Ruaridh Nicoll 

Deep frying tonight

Ruaridh Nicoll: The campaign for healthy eating could be a long and messy one.
  
  


Who are these people who thought the deep-fried Mars bar was a myth? Dr David Morrison of NHS Greater Glasgow said he had never seen one and didn't know anyone who had tasted one, so he set out to prove it was an urban tall-tale. 'I was certainly surprised by the results,' he said.

Not as surprised as I am that anyone who works in the NHS could have suspected such a thing. I thought the nation's doctors spent much of their working lives desperately trying to stop Scottish hearts exploding like popcorn in a pan.

What Dr Morrison found when he rang 500 of Scotland's chippies was that nearly a quarter of them sold the battered chocolate bar, 10 of them selling between 50 and 200 a week. His study allowed a sight of the enemy in Jack McConnell's fight against Scotland's eating habits. News from the front is not encouraging. One in three of our children is overweight, while one in five is clinically obese.

McConnell's urge to make us live better has been one of his better traits. While it does not have the grand vision of Aneurin Bevan founding the National Health Service or Bevan's wife, Jennie Lee, setting up the Open University, it does show his desire to make a difference. It is also smart politics given how low our expectations are of its success, for it chimes the forlorn bell that we Scots love so much.

While the forces that face McConnell may be terrifying, some small successes have cheered the troops. The astonishment of our southern neighbours was wonderful to behold last week when they discovered that English schools still serve a food banned here: Bernard Matthews's Turkey Twizzlers.

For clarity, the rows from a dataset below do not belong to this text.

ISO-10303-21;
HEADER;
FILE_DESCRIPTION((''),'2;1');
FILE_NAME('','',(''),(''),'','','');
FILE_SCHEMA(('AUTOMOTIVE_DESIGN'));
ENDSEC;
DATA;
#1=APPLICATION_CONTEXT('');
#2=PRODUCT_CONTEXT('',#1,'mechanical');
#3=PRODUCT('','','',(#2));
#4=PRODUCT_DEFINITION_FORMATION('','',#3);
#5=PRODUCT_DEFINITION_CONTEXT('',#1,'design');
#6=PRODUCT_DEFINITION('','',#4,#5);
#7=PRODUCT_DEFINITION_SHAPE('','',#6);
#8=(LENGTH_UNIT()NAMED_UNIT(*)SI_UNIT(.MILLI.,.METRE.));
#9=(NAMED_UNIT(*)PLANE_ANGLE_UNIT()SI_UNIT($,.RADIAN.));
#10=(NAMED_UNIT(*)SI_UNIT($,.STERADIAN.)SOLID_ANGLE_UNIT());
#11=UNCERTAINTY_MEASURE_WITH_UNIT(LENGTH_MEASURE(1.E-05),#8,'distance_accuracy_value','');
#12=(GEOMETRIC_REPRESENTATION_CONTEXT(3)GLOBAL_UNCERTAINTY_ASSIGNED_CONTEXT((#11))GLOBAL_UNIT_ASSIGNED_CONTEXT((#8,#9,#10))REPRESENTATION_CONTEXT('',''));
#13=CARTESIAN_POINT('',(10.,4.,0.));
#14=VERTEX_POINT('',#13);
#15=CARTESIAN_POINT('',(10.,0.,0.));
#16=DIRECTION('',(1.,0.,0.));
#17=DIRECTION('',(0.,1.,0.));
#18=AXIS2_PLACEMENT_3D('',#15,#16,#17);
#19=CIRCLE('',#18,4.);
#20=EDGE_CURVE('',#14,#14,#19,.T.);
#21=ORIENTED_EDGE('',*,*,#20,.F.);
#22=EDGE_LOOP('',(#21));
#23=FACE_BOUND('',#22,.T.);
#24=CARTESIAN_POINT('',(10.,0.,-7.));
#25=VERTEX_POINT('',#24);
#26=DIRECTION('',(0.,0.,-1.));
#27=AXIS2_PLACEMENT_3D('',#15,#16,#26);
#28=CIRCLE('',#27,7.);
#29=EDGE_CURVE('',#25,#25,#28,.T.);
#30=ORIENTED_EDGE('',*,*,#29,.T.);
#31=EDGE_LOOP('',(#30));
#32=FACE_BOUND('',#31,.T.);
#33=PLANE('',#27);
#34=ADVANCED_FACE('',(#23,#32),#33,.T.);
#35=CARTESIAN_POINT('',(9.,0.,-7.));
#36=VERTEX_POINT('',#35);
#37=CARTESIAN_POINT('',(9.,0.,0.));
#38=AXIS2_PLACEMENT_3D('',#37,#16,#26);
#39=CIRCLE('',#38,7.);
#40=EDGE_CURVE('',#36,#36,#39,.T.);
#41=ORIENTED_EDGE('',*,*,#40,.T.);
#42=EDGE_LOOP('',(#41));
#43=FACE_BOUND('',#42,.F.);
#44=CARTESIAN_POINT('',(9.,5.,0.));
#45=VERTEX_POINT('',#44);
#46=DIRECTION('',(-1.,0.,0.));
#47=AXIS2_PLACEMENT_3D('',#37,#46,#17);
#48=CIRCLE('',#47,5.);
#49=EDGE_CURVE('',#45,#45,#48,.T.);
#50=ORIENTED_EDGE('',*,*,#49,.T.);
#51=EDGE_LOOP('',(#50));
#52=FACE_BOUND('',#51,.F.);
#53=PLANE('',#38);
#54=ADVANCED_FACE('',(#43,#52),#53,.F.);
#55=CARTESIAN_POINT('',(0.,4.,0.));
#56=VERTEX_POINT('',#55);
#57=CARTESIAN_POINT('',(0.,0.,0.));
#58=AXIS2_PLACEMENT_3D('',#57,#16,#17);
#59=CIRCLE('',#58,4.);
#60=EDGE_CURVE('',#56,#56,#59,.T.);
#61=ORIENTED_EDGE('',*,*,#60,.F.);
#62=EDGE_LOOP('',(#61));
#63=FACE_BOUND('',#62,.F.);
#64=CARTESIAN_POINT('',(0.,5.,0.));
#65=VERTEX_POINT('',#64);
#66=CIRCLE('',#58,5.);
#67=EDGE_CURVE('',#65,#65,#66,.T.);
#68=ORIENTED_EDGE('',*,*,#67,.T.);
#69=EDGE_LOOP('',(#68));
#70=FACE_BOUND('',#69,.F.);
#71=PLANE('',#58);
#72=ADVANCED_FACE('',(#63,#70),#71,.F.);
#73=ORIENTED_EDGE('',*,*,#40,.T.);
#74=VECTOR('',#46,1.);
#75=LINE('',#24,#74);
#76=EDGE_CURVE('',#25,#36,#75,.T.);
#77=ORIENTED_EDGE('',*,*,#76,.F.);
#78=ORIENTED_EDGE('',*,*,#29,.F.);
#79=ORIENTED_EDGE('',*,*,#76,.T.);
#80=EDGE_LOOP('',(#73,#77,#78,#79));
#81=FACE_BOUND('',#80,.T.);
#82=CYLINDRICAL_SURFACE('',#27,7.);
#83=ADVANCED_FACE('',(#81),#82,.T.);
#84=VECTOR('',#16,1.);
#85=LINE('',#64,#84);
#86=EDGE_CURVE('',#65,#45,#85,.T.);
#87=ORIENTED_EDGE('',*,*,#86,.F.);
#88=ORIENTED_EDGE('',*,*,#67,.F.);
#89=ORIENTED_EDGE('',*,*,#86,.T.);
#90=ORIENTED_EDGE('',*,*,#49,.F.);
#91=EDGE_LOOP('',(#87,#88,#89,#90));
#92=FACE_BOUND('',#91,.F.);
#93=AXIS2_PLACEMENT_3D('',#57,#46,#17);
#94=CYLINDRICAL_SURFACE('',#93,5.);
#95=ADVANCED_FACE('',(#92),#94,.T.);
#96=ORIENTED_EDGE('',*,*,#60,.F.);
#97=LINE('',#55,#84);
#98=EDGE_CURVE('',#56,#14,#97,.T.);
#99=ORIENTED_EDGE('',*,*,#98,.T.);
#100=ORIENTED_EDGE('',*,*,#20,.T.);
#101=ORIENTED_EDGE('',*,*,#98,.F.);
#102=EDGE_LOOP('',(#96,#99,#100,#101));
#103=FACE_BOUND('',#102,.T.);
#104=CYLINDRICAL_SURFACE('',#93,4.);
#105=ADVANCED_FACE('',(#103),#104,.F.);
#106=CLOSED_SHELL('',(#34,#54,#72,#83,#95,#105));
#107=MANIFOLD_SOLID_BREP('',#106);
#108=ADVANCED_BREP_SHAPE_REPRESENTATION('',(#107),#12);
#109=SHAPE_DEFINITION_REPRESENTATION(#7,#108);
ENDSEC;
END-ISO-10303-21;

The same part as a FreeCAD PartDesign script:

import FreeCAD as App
import Part
import Sketcher

doc = App.newDocument("Part")
body = doc.addObject("PartDesign::Body", "Body")

sketch1 = doc.addObject("Sketcher::SketchObject", "Sketch")
body.addObject(sketch1)
sketch1.AttachmentSupport = (doc.YZ_Plane, [""])
sketch1.MapMode = "FlatFace"
sketch1.addGeometry([
    Part.Circle(App.Vector(0, 0, 0), App.Vector(0, 0, 1), 5),
    Part.Circle(App.Vector(0, 0, 0), App.Vector(0, 0, 1), 4),
], False)
sketch1.addConstraint([
    Sketcher.Constraint("Coincident", 0, 3, -1, 1),
    Sketcher.Constraint("Coincident", 1, 3, -1, 1),
    Sketcher.Constraint("Diameter", 0, 10.0),
    Sketcher.Constraint("Diameter", 1, 8.0),
])
pad1 = doc.addObject("PartDesign::Pad", "Pad")
body.addObject(pad1)
pad1.Profile = sketch1
pad1.Length = 10

sketch2 = doc.addObject("Sketcher::SketchObject", "Sketch001")
body.addObject(sketch2)
sketch2.AttachmentSupport = (doc.YZ_Plane, [""])
sketch2.MapMode = "FlatFace"
sketch2.AttachmentOffset = App.Placement(App.Vector(0, 0, 10), App.Rotation())
sketch2.addGeometry([
    Part.Circle(App.Vector(0, 0, 0), App.Vector(0, 0, 1), 7),
    Part.Circle(App.Vector(0, 0, 0), App.Vector(0, 0, 1), 4),
], False)
sketch2.addConstraint([
    Sketcher.Constraint("Coincident", 0, 3, -1, 1),
    Sketcher.Constraint("Coincident", 1, 3, -1, 1),
    Sketcher.Constraint("Diameter", 0, 14.0),
    Sketcher.Constraint("Diameter", 1, 8.0),
])
pad2 = doc.addObject("PartDesign::Pad", "Pad001")
body.addObject(pad2)
pad2.Profile = sketch2
pad2.Length = 1
pad2.Reversed = True

doc.recompute()
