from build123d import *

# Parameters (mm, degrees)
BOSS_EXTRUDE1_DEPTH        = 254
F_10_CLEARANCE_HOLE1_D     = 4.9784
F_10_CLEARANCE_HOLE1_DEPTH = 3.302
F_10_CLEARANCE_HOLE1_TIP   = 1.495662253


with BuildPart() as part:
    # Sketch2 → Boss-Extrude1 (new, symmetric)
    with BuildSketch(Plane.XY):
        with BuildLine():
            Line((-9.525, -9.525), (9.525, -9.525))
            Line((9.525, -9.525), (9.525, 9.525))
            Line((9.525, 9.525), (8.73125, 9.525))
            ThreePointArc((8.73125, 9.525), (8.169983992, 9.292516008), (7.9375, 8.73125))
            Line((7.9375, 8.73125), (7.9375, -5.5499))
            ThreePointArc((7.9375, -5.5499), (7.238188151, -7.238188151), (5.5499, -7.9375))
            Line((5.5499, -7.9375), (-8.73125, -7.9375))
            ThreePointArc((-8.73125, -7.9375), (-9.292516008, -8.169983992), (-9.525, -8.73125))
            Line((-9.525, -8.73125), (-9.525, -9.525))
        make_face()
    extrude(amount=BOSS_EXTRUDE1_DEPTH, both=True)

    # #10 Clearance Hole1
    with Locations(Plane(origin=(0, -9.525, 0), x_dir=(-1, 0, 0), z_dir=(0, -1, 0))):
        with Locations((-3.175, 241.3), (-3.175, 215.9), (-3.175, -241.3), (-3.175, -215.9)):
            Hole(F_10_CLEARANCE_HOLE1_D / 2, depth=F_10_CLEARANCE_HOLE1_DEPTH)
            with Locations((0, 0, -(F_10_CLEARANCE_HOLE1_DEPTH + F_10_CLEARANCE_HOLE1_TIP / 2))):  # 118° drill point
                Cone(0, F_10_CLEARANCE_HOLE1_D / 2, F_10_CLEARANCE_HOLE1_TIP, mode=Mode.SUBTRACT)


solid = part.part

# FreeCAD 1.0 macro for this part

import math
import FreeCAD as App
import Part
import Sketcher

V = App.Vector
Q = App.Units.Quantity

doc = App.newDocument("Part")
body = doc.addObject("PartDesign::Body", "Body")

sketch1 = body.newObject("Sketcher::SketchObject", "Sketch")
sketch1.AttachmentSupport = (doc.getObject("XY_Plane"), [""])
sketch1.MapMode = "FlatFace"
sketch1.addGeometry(Part.LineSegment(V(-9.5, -9.5, 0), V(9.5, -9.5, 0)), False)
sketch1.addGeometry(Part.LineSegment(V(9.5, -9.5, 0), V(9.5, 9.5, 0)), False)
sketch1.addGeometry(Part.LineSegment(V(9.5, 9.5, 0), V(8.7, 9.5, 0)), False)
sketch1.addGeometry(Part.ArcOfCircle(Part.Circle(V(8.7, 8.7, 0), V(0, 0, 1), 0.8), math.radians(90), math.radians(180)), False)
sketch1.addGeometry(Part.LineSegment(V(7.9, 8.7, 0), V(7.9, -5.5, 0)), False)
sketch1.addGeometry(Part.ArcOfCircle(Part.Circle(V(5.5, -5.5, 0), V(0, 0, 1), 2.4), math.radians(-90), math.radians(0)), False)
sketch1.addGeometry(Part.LineSegment(V(5.5, -7.9, 0), V(-8.7, -7.9, 0)), False)
sketch1.addGeometry(Part.ArcOfCircle(Part.Circle(V(-8.7, -8.7, 0), V(0, 0, 1), 0.8), math.radians(90), math.radians(180)), False)
sketch1.addGeometry(Part.LineSegment(V(-9.5, -8.7, 0), V(-9.5, -9.5, 0)), False)
sketch1.addConstraint(Sketcher.Constraint("Coincident", 0, 2, 1, 1))
sketch1.addConstraint(Sketcher.Constraint("Coincident", 1, 2, 2, 1))
sketch1.addConstraint(Sketcher.Constraint("Tangent", 2, 2, 3, 1))
sketch1.addConstraint(Sketcher.Constraint("Tangent", 3, 2, 4, 1))
sketch1.addConstraint(Sketcher.Constraint("Tangent", 4, 2, 5, 2))
sketch1.addConstraint(Sketcher.Constraint("Tangent", 5, 1, 6, 1))
sketch1.addConstraint(Sketcher.Constraint("Tangent", 6, 2, 7, 1))
sketch1.addConstraint(Sketcher.Constraint("Tangent", 7, 2, 8, 1))
sketch1.addConstraint(Sketcher.Constraint("Coincident", 8, 2, 0, 1))
sketch1.addConstraint(Sketcher.Constraint("Horizontal", 0))
sketch1.addConstraint(Sketcher.Constraint("Vertical", 1))
sketch1.addConstraint(Sketcher.Constraint("Horizontal", 2))
sketch1.addConstraint(Sketcher.Constraint("Vertical", 4))
sketch1.addConstraint(Sketcher.Constraint("Horizontal", 6))
sketch1.addConstraint(Sketcher.Constraint("Vertical", 8))
sketch1.addConstraint(Sketcher.Constraint("Equal", 3, 7))
sketch1.addConstraint(Sketcher.Constraint("Symmetric", 3, 3, 7, 3, -1, 1))
sketch1.addConstraint(Sketcher.Constraint("Symmetric", 1, 2, 8, 2, -1, 1))
sketch1.addConstraint(Sketcher.Constraint("Equal", 0, 1))
sketch1.addConstraint(Sketcher.Constraint("Radius", 3, Q("0.03125 in")))
sketch1.addConstraint(Sketcher.Constraint("Radius", 5, Q("0.094 in")))
sketch1.addConstraint(Sketcher.Constraint("DistanceX", 0, 1, 0, 2, Q("0.75 in")))
pad1 = body.newObject("PartDesign::Pad", "Pad")
pad1.Profile = sketch1
pad1.Length = Q("20 in")
pad1.Midplane = True

sketch2 = body.newObject("Sketcher::SketchObject", "Sketch001")
sketch2.AttachmentSupport = (doc.getObject("XZ_Plane"), [""])
sketch2.MapMode = "FlatFace"
sketch2.AttachmentOffset = App.Placement(V(0, 0, 0.375 * 25.4), App.Rotation())
sketch2.addGeometry(Part.Circle(V(3.2, -241.3, 0), V(0, 0, 1), 2.5), False)
sketch2.addGeometry(Part.Circle(V(3.2, -215.9, 0), V(0, 0, 1), 2.5), False)
sketch2.addGeometry(Part.Circle(V(3.2, 241.3, 0), V(0, 0, 1), 2.5), False)
sketch2.addGeometry(Part.Circle(V(3.2, 215.9, 0), V(0, 0, 1), 2.5), False)
sketch2.addConstraint(Sketcher.Constraint("Equal", 0, 1))
sketch2.addConstraint(Sketcher.Constraint("Equal", 1, 2))
sketch2.addConstraint(Sketcher.Constraint("Equal", 2, 3))
sketch2.addConstraint(Sketcher.Constraint("Symmetric", 0, 3, 2, 3, -1))
sketch2.addConstraint(Sketcher.Constraint("Symmetric", 1, 3, 3, 3, -1))
sketch2.addConstraint(Sketcher.Constraint("Vertical", 0, 3, 1, 3))
sketch2.addConstraint(Sketcher.Constraint("Diameter", 0, Q("0.196 in")))
sketch2.addConstraint(Sketcher.Constraint("DistanceY", 0, 3, 1, 3, Q("1 in")))
sketch2.addConstraint(Sketcher.Constraint("DistanceY", 1, 3, 2, 3, Q("18 in")))
sketch2.addConstraint(Sketcher.Constraint("DistanceX", -1, 1, 0, 3, Q("0.125 in")))
doc.recompute()
hole = body.newObject("PartDesign::Hole", "Hole")
hole.Profile = sketch2
hole.ThreadType = "None"
hole.Diameter = Q("0.196 in")
hole.DepthType = "Dimension"
hole.Depth = Q("0.13 in")
hole.DrillPoint = "Angled"
hole.DrillPointAngle = 118

doc.recompute()
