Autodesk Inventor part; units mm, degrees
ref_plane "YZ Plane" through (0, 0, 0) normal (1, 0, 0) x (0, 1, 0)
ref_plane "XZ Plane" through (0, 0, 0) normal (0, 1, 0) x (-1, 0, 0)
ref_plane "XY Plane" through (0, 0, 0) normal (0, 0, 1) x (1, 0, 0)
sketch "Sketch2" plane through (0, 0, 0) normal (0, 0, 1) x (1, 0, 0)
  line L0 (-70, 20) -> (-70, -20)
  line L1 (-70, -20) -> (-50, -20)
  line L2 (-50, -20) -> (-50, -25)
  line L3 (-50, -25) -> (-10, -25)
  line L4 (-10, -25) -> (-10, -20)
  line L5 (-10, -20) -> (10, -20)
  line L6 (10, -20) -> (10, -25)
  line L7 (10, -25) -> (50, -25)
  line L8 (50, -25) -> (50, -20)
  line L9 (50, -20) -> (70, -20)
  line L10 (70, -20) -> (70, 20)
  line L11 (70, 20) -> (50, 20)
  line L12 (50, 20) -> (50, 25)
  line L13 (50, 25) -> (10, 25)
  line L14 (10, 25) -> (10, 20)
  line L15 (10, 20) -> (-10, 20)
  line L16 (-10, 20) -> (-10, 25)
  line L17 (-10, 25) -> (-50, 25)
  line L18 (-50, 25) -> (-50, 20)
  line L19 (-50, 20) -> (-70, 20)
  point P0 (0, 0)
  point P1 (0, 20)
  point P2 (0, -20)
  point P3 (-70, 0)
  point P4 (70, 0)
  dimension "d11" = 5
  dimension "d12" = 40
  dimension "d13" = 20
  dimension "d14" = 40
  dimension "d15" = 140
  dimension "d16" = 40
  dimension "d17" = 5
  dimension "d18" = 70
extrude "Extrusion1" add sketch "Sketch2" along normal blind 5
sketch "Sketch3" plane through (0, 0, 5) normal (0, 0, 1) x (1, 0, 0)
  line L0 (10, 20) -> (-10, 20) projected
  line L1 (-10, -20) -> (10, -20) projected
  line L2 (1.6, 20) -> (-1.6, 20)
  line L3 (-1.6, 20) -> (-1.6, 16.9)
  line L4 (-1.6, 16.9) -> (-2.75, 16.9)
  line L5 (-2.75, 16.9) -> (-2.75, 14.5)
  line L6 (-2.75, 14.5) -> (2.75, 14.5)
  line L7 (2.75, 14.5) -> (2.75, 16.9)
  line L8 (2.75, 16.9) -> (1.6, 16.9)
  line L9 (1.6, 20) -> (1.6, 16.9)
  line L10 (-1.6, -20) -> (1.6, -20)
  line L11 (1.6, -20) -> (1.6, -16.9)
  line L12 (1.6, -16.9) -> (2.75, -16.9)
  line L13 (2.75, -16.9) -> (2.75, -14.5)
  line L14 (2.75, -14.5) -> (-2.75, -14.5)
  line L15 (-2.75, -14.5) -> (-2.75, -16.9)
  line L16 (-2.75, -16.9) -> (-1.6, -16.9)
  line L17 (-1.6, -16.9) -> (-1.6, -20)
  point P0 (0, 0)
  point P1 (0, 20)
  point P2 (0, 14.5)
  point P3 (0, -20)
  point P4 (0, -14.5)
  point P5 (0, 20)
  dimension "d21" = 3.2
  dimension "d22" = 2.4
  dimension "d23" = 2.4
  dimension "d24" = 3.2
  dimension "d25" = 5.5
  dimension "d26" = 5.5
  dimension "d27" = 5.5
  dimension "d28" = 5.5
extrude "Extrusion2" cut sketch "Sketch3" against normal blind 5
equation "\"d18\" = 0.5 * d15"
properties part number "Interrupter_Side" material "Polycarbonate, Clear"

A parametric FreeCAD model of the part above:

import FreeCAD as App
import Part
import Sketcher
Q = App.Units.Quantity


def add_polygon(sketch, points):
    """Adds a closed chain of lines whose ends are joined by coincident constraints."""
    first, n = sketch.GeometryCount, len(points)
    for a, b in zip(points, points[1:] + points[:1]):
        sketch.addGeometry(Part.LineSegment(App.Vector(*a, 0), App.Vector(*b, 0)), False)
    for i in range(n):
        sketch.addConstraint(Sketcher.Constraint("Coincident", first + i, 2, first + (i + 1) % n, 1))

doc = App.newDocument("Part")
body = doc.addObject("PartDesign::Body", "Body")

# Sketch on XY plane
sketch1 = body.newObject("Sketcher::SketchObject", "Sketch")
sketch1.AttachmentSupport = (doc.getObject("XY_Plane"), [""])
sketch1.MapMode = "FlatFace"
add_polygon(sketch1, [(-50, 20), (-70, 20), (-70, -20), (-50, -20), (-50, -25), (-10, -25), (-10, -20), (10, -20), (10, -25), (50, -25), (50, -20), (70, -20), (70, 20), (50, 20), (50, 25), (10, 25), (10, 20), (-10, 20), (-10, 25), (-50, 25)])  # lines 0-19
sketch1.addConstraint([
    Sketcher.Constraint("Horizontal", 0),
    Sketcher.Constraint("Vertical", 1),
    Sketcher.Constraint("Horizontal", 2),
    Sketcher.Constraint("Vertical", 3),
    Sketcher.Constraint("Horizontal", 4),
    Sketcher.Constraint("Vertical", 5),
    Sketcher.Constraint("Horizontal", 6),
    Sketcher.Constraint("Vertical", 7),
    Sketcher.Constraint("Horizontal", 8),
    Sketcher.Constraint("Vertical", 9),
    Sketcher.Constraint("Horizontal", 10),
    Sketcher.Constraint("Vertical", 11),
    Sketcher.Constraint("Horizontal", 12),
    Sketcher.Constraint("Vertical", 13),
    Sketcher.Constraint("Horizontal", 14),
    Sketcher.Constraint("Vertical", 15),
    Sketcher.Constraint("Horizontal", 16),
    Sketcher.Constraint("Vertical", 17),
    Sketcher.Constraint("Horizontal", 18),
    Sketcher.Constraint("Vertical", 19),
    Sketcher.Constraint("Symmetric", 0, 2, 10, 2, -1, 1),
    Sketcher.Constraint("Symmetric", 2, 2, 12, 2, -1, 1),
    Sketcher.Constraint("Symmetric", 4, 2, 14, 2, -1, 1),
    Sketcher.Constraint("Symmetric", 6, 2, 16, 2, -1, 1),
    Sketcher.Constraint("Symmetric", 8, 2, 18, 2, -1, 1),
    Sketcher.Constraint("Symmetric", 4, 2, 7, 2, -2),
    Sketcher.Constraint("Symmetric", 2, 2, 9, 2, -2),
    Sketcher.Constraint("Horizontal", 2, 2, 5, 2),
    Sketcher.Constraint("Equal", 2, 6),
    Sketcher.Constraint("Equal", 18, 1),
    Sketcher.Constraint("DistanceX", 0, 2, 0, 1, Q("20 mm")),
    Sketcher.Constraint("DistanceX", 4, 1, 4, 2, Q("40 mm")),
    Sketcher.Constraint("DistanceY", 3, 2, 3, 1, Q("5 mm")),
])
pad1 = body.newObject("PartDesign::Pad", "Pad")
pad1.Profile = sketch1
pad1.Length = 5

# Sketch on XY plane
sketch2 = body.newObject("Sketcher::SketchObject", "Sketch001")
sketch2.AttachmentSupport = (doc.getObject("XY_Plane"), [""])
sketch2.MapMode = "FlatFace"
sketch2.AttachmentOffset = App.Placement(App.Vector(0, 0, 5), App.Rotation())
add_polygon(sketch2, [(1.6, 16.9), (1.6, 20), (-1.6, 20), (-1.6, 16.9), (-2.8, 16.9), (-2.8, 14.5), (2.8, 14.5), (2.8, 16.9)])  # lines 0-7
add_polygon(sketch2, [(-1.6, -16.9), (-1.6, -20), (1.6, -20), (1.6, -16.9), (2.8, -16.9), (2.8, -14.5), (-2.8, -14.5), (-2.8, -16.9)])  # lines 8-15
sketch2.addConstraint([
    Sketcher.Constraint("Vertical", 0),
    Sketcher.Constraint("Horizontal", 1),
    Sketcher.Constraint("Vertical", 2),
    Sketcher.Constraint("Horizontal", 3),
    Sketcher.Constraint("Vertical", 4),
    Sketcher.Constraint("Horizontal", 5),
    Sketcher.Constraint("Vertical", 6),
    Sketcher.Constraint("Horizontal", 7),
    Sketcher.Constraint("Vertical", 8),
    Sketcher.Constraint("Horizontal", 9),
    Sketcher.Constraint("Vertical", 10),
    Sketcher.Constraint("Horizontal", 11),
    Sketcher.Constraint("Vertical", 12),
    Sketcher.Constraint("Horizontal", 13),
    Sketcher.Constraint("Vertical", 14),
    Sketcher.Constraint("Horizontal", 15),
    Sketcher.Constraint("Symmetric", 0, 2, 8, 2, -1, 1),
    Sketcher.Constraint("Symmetric", 2, 2, 10, 2, -1, 1),
    Sketcher.Constraint("Symmetric", 4, 2, 12, 2, -1, 1),
    Sketcher.Constraint("Symmetric", 6, 2, 14, 2, -1, 1),
    Sketcher.Constraint("Symmetric", 3, 2, 6, 2, -2),
    Sketcher.Constraint("Vertical", 2, 2, 8, 2),
    Sketcher.Constraint("DistanceX", 1, 2, 1, 1, Q("3.2 mm")),
    Sketcher.Constraint("DistanceX", 5, 1, 5, 2, Q("5.5 mm")),
    Sketcher.Constraint("DistanceY", 4, 2, 4, 1, Q("2.4 mm")),
    Sketcher.Constraint("DistanceY", 4, 2, 1, 2, Q("5.5 mm")),
    Sketcher.Constraint("DistanceY", -1, 1, 0, 2, Q("20 mm")),
])
pocket1 = body.newObject("PartDesign::Pocket", "Pocket")
pocket1.Profile = sketch2
pocket1.Length = 5

doc.recompute()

Rather than be outraged that the Twizzlers are more than a fifth fat (and look as if they might have corkscrewed out of an electrocuted turkey's bottom), it was the knowledge English children were eating things that even the Scots disdained that so worried the English press. So no change then from when Samuel Johnson defined oats in his dictionary as 'a grain which in England is generally given to horses, but which in Scotland supports the people'.

This reassuring prick on English assumptions is down to McConnell's initiatives. Children in primary one and two now receive free fruit, while fizzy drinks are being removed from school vending machines.

Yet for McConnell, the playground is territory he controls. Irn-Bru might have been banished, but only as far as the school gate where it hangs about with the deep-fried Mars and the Embassy Regal. The Executive hits out with endless adverts in the hope it will change our perception, but given that the teacake-making Tunnock's just reported increases in domestic sales and Gregg's shares are up 20 per cent on the year, perhaps they are not terribly successful.

More radical action - warning labels on food or even outright bans - would probably be counterproductive. Where do you draw the line? At flumps or at sausage rolls? We'd rebel. Last night, I saw the perfect stocking gift for the smoker: small cards that perfectly mimic the government health warnings on cigarette packets, except these say: 'Smoking makes you hard' and: 'Smoking makes you cool'.

It is the Executive's other effort towards healthy living - getting children to play sports - where greater hope lies. Given the recent exit of Celtic, Rangers and Hearts from European competition, it is also pressing. I didn't notice the Australians eating particularly healthily the last time I was there, and many of them share our blood. One of the truly distressing studies of recent times showed that a majority of Scottish men choose to be overweight because they don't want to appear puny.

There is no doubt McConnell is trying to promote sport in schools. He is also moving to make the routes to school safer, so more children can walk. This is where the battle of our eating habits will be won, getting children to find exercise they enjoy. We may not have the weather but we certainly have the countryside.

Our history of innovation is proud but a little disturbing. The telephone meant we no longer had to walk when we wanted to talk to our friends. Tarmac was a boon to the gut-expanding car. Most recently, we have given the world Grand Theft Auto, the computer game that has little boys everywhere sitting in front of their television sets, busy stealing and running over prostitutes ... but that's another story.

We are good at this stuff. I once interviewed the inventor of the deep-fried Mars. He told me that it was an ongoing project trying out new treats on the youngsters who patronised the now-defunct chippie in Stonehaven. Like all good innovators, he had had both successes and failures. A notable fiasco was the deep-fried Chewit. He hadn't reckoned on the candy turning white hot inside the batter. 'It nearly took the top of the mouth off,' he said. 'I stopped that sharpish, before their mothers heard.'

The First Minister faces a long war. I hope he's feeling fit.